Chen J T, Hirai Y, Nakayama K, Shimizu Y, Yokosuka K, Teshima H, Hamada T, Fujimoto I, Yamauchi K, Hasumi K
Department of Gynecology, Cancer Institute Hospital, Tokyo.
Nihon Sanka Fujinka Gakkai Zasshi. 1989 Oct;41(10):1565-70.
Six patients with recurrent ovarian cancer who had prior chemotherapy were studied for the clinical efficacy of CDDP-ACR treatment. Five out of the 6 had received CDDP a total doses of 1,320, 780, 750, 475, and 340 mg. CDDP-ACR therapy consisted of continuous infusion of CDDP at a daily dose of 10 mg/m2 over 14 days (total CDDP doses; 140 mg/m2) and of intermittent infusion of ACR (aclarubicin) at a dose of 20 mg/body every other day (total ACR doses: 140 mg). There were one CR and five PR and a response rate up to 100% was noted. Toxicity was manifested in slight nausea or vomiting, but there was no nephrotoxicity. However bone marrow was severe. Thrombocytopenia less than 50,000/mcl in 4 pts (67%) and leukopenia less than 1,000 mcl in 3 pts (50%). The mean filterable platinum exposure measured by area under the concentration-time curve (AUC) was as high as 19.7 +/- 6/0 mg.hr/ml. In conclusion the bone marrow toxicity in this regimen was severe, but the therapeutic efficacy was promising. Further studies on the appropriate infusion time and the minimum effective dose of CDDP are needed.

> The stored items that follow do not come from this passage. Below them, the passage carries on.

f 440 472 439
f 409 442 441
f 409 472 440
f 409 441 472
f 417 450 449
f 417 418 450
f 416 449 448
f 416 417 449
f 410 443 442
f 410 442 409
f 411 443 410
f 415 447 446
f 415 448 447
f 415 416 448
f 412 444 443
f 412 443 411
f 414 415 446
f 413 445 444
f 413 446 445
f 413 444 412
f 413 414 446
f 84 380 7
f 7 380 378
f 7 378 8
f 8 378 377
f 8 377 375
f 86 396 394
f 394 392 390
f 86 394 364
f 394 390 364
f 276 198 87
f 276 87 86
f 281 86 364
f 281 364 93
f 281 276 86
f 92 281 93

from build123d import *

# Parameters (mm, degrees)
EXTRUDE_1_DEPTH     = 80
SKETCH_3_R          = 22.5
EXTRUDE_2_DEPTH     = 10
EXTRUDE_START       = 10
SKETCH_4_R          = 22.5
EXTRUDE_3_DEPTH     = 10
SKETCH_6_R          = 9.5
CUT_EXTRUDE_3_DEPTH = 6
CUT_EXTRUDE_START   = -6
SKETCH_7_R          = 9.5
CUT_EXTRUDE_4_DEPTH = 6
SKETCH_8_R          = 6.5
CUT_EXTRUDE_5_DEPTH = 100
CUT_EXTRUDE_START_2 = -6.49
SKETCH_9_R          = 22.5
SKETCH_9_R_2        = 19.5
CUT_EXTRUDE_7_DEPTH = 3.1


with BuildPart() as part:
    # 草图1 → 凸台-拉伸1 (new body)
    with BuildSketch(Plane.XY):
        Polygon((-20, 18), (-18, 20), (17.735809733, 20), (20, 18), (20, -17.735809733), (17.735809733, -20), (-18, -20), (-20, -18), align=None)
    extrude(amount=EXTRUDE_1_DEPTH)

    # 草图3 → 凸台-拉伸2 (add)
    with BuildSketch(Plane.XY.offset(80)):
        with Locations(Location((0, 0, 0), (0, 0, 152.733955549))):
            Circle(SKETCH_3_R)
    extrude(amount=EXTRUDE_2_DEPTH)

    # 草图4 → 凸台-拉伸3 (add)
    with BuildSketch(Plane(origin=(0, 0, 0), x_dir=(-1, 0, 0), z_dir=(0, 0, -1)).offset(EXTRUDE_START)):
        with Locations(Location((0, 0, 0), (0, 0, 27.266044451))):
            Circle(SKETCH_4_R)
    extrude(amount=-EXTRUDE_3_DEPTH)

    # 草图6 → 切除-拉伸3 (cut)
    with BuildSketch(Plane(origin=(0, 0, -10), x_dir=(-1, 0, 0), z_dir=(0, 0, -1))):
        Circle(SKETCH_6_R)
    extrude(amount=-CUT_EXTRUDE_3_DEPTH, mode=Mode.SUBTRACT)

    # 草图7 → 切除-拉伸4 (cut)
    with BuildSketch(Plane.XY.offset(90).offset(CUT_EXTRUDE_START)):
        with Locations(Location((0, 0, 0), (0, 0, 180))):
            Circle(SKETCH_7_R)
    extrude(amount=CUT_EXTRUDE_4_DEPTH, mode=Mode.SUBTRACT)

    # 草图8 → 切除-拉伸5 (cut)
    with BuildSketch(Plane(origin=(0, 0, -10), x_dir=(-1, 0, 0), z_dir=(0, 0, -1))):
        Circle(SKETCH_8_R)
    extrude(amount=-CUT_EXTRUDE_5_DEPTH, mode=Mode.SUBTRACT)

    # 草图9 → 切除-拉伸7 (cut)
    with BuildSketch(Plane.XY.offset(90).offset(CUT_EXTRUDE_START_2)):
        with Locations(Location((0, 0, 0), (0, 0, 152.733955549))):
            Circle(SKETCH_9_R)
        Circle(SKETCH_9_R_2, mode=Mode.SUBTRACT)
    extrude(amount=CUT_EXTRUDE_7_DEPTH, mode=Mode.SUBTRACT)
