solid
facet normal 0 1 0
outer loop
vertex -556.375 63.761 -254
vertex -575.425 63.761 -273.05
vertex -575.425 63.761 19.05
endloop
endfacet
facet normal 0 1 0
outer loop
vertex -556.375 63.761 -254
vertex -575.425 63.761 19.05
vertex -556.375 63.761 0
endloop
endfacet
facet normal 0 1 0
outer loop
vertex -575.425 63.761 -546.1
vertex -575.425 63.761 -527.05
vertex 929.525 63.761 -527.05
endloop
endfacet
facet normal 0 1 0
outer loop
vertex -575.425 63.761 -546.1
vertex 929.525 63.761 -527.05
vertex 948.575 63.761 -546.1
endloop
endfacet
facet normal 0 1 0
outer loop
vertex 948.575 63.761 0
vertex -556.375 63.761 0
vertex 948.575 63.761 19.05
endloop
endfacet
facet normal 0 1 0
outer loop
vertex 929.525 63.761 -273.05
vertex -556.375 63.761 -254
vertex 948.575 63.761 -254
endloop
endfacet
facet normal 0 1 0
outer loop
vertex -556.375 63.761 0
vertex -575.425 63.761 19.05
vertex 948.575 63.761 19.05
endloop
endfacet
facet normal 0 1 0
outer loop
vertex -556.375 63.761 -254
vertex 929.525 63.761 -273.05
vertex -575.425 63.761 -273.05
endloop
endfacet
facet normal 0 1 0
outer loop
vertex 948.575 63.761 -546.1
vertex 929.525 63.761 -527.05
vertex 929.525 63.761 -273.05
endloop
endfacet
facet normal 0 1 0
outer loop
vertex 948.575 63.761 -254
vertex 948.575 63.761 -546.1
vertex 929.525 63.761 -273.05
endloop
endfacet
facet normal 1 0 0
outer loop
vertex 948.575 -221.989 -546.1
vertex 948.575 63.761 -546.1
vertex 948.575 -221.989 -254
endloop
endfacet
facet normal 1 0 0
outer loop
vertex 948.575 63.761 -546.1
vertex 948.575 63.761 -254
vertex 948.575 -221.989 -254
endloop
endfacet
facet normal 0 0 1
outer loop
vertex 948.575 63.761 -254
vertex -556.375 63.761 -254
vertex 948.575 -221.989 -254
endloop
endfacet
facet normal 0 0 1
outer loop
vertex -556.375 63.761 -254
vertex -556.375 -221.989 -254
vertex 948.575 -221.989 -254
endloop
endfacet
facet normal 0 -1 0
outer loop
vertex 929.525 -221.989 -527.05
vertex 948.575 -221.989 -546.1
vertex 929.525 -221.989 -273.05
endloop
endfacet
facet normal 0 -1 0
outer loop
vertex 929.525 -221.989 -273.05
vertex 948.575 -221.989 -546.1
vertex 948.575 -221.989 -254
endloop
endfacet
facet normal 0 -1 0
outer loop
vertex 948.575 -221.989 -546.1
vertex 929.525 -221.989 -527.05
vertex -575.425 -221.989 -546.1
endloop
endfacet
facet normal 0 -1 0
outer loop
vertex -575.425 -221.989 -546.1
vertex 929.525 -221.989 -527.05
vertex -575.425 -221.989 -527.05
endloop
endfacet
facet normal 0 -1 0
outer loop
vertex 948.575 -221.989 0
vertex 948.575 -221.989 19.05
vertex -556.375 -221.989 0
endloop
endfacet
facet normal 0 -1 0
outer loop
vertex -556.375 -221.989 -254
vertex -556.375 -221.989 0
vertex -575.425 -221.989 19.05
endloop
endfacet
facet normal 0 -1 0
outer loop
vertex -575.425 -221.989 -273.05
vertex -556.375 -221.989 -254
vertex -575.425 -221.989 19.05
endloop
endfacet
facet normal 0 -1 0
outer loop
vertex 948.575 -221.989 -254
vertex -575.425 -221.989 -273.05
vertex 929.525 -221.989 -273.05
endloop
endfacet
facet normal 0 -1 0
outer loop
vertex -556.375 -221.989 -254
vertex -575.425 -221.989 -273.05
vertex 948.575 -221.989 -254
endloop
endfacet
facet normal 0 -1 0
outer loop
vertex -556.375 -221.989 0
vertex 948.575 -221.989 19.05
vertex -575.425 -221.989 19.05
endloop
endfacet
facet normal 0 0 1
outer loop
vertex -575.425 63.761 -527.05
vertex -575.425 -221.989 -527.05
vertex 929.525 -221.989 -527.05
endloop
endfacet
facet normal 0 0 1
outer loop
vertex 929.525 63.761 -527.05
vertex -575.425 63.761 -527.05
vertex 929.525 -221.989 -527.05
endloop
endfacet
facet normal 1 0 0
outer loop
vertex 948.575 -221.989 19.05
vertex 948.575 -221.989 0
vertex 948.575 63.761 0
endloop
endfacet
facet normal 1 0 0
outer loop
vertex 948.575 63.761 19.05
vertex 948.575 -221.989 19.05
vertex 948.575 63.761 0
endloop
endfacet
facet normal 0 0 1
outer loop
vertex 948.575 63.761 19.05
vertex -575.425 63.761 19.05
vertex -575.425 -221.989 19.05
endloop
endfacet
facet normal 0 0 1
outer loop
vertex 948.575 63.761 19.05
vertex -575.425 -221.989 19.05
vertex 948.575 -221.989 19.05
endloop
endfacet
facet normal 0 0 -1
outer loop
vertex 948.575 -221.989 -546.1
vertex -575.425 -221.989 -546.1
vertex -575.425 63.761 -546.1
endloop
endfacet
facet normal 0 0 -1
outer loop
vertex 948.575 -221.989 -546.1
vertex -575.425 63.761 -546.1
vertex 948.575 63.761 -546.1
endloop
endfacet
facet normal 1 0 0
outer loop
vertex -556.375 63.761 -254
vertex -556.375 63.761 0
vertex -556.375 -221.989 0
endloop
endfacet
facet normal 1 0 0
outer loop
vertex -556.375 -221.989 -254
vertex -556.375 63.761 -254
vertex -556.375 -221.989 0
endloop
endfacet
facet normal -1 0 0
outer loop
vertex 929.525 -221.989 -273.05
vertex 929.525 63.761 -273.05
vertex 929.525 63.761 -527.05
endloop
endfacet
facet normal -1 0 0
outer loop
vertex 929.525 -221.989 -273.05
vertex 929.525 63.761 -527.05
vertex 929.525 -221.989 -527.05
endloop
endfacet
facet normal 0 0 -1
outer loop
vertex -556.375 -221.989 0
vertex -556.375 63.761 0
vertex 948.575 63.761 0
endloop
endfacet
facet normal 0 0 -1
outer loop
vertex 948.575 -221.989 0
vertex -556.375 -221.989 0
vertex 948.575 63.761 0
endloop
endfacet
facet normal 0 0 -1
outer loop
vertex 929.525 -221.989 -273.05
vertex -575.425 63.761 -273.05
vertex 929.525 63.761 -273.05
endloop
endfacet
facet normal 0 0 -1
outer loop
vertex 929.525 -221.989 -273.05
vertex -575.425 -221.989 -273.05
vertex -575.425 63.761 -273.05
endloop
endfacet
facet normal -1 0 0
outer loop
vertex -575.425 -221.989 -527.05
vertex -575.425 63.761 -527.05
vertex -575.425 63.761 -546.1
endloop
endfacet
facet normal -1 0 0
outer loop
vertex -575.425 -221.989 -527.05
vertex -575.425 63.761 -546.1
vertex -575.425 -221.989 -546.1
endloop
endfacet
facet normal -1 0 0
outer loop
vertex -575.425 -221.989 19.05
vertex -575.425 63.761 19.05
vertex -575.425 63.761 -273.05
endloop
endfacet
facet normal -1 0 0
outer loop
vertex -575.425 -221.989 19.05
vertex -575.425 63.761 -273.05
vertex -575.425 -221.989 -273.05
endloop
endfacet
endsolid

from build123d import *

# Parameters (mm, degrees)
F0_W     = 1524
F0_H     = 285.75
F1_DEPTH = 19.05
F2_W     = 19.05
F2_H     = 285.75
F3_DEPTH = 254
F4_W     = 1504.95
F4_H     = 285.75
F4_W_2   = 19.05
F5_DEPTH = 19.05
F6_W     = 19.05
F6_H     = 285.75
F7_DEPTH = 254
F8_W     = 1504.95
F8_H     = 285.75
F8_W_2   = 19.05
F9_DEPTH = 19.05


with BuildPart() as f1:
    # F0 (on Top) → F1 (new body)
    with BuildSketch(Plane.XY):
        with Locations((186.574653, -79.114271)):
            Rectangle(F0_W, F0_H)
    extrude(amount=F1_DEPTH)

    # F2 (on face) → F3 (join)
    with BuildSketch(Plane(origin=(0, 0, 0), x_dir=(1, 0, 0), z_dir=(0, 0, -1))):
        with Locations((-565.900347, 79.114271)):
            Rectangle(F2_W, F2_H)
    extrude(amount=F3_DEPTH)

    # F4 (on face) → F5 (join)
    with BuildSketch(Plane(origin=(0, 0, -254), x_dir=(1, 0, 0), z_dir=(0, 0, -1))):
        with Locations((196.099653, 79.114271)):
            Rectangle(F4_W, F4_H)
        with Locations((-565.900347, 79.114271)):
            Rectangle(F4_W_2, F4_H)
    extrude(amount=F5_DEPTH)

    # F6 (on face) → F7 (join)
    with BuildSketch(Plane(origin=(0, 0, -273.05), x_dir=(1, 0, 0), z_dir=(0, 0, -1))):
        with Locations((939.049653, 79.114271)):
            Rectangle(F6_W, F6_H)
    extrude(amount=F7_DEPTH)

    # F8 (on face) → F9 (join)
    with BuildSketch(Plane(origin=(0, 0, -527.05), x_dir=(1, 0, 0), z_dir=(0, 0, -1))):
        with Locations((177.049653, 79.114271)):
            Rectangle(F8_W, F8_H)
        with Locations((939.049653, 79.114271)):
            Rectangle(F8_W_2, F8_H)
    extrude(amount=F9_DEPTH)


solid = f1.part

对6例曾接受过化疗的复发性卵巢癌患者进行了顺铂-阿克拉霉素(CDDP-ACR)治疗的临床疗效研究。6例患者中有5例接受过顺铂治疗,总剂量分别为1320、780、750、475和340毫克。CDDP-ACR治疗包括连续14天每天以10毫克/平方米的剂量输注顺铂(顺铂总剂量;140毫克/平方米),以及每隔一天以20毫克/体的剂量间歇输注阿克拉霉素(阿柔比星)(阿克拉霉素总剂量:140毫克)。有1例完全缓解(CR)和5例部分缓解(PR),观察到缓解率高达100%。毒性表现为轻微恶心或呕吐,但无肾毒性。然而骨髓毒性严重。4例患者(67%)血小板减少至低于50,000/微升,3例患者(50%)白细胞减少至低于1,000/微升。通过浓度-时间曲线下面积(AUC)测量的可滤过铂平均暴露量高达19.7±6.0毫克·小时/毫升。总之,该方案的骨髓毒性严重,但治疗效果有前景。需要进一步研究顺铂的合适输注时间和最低有效剂量。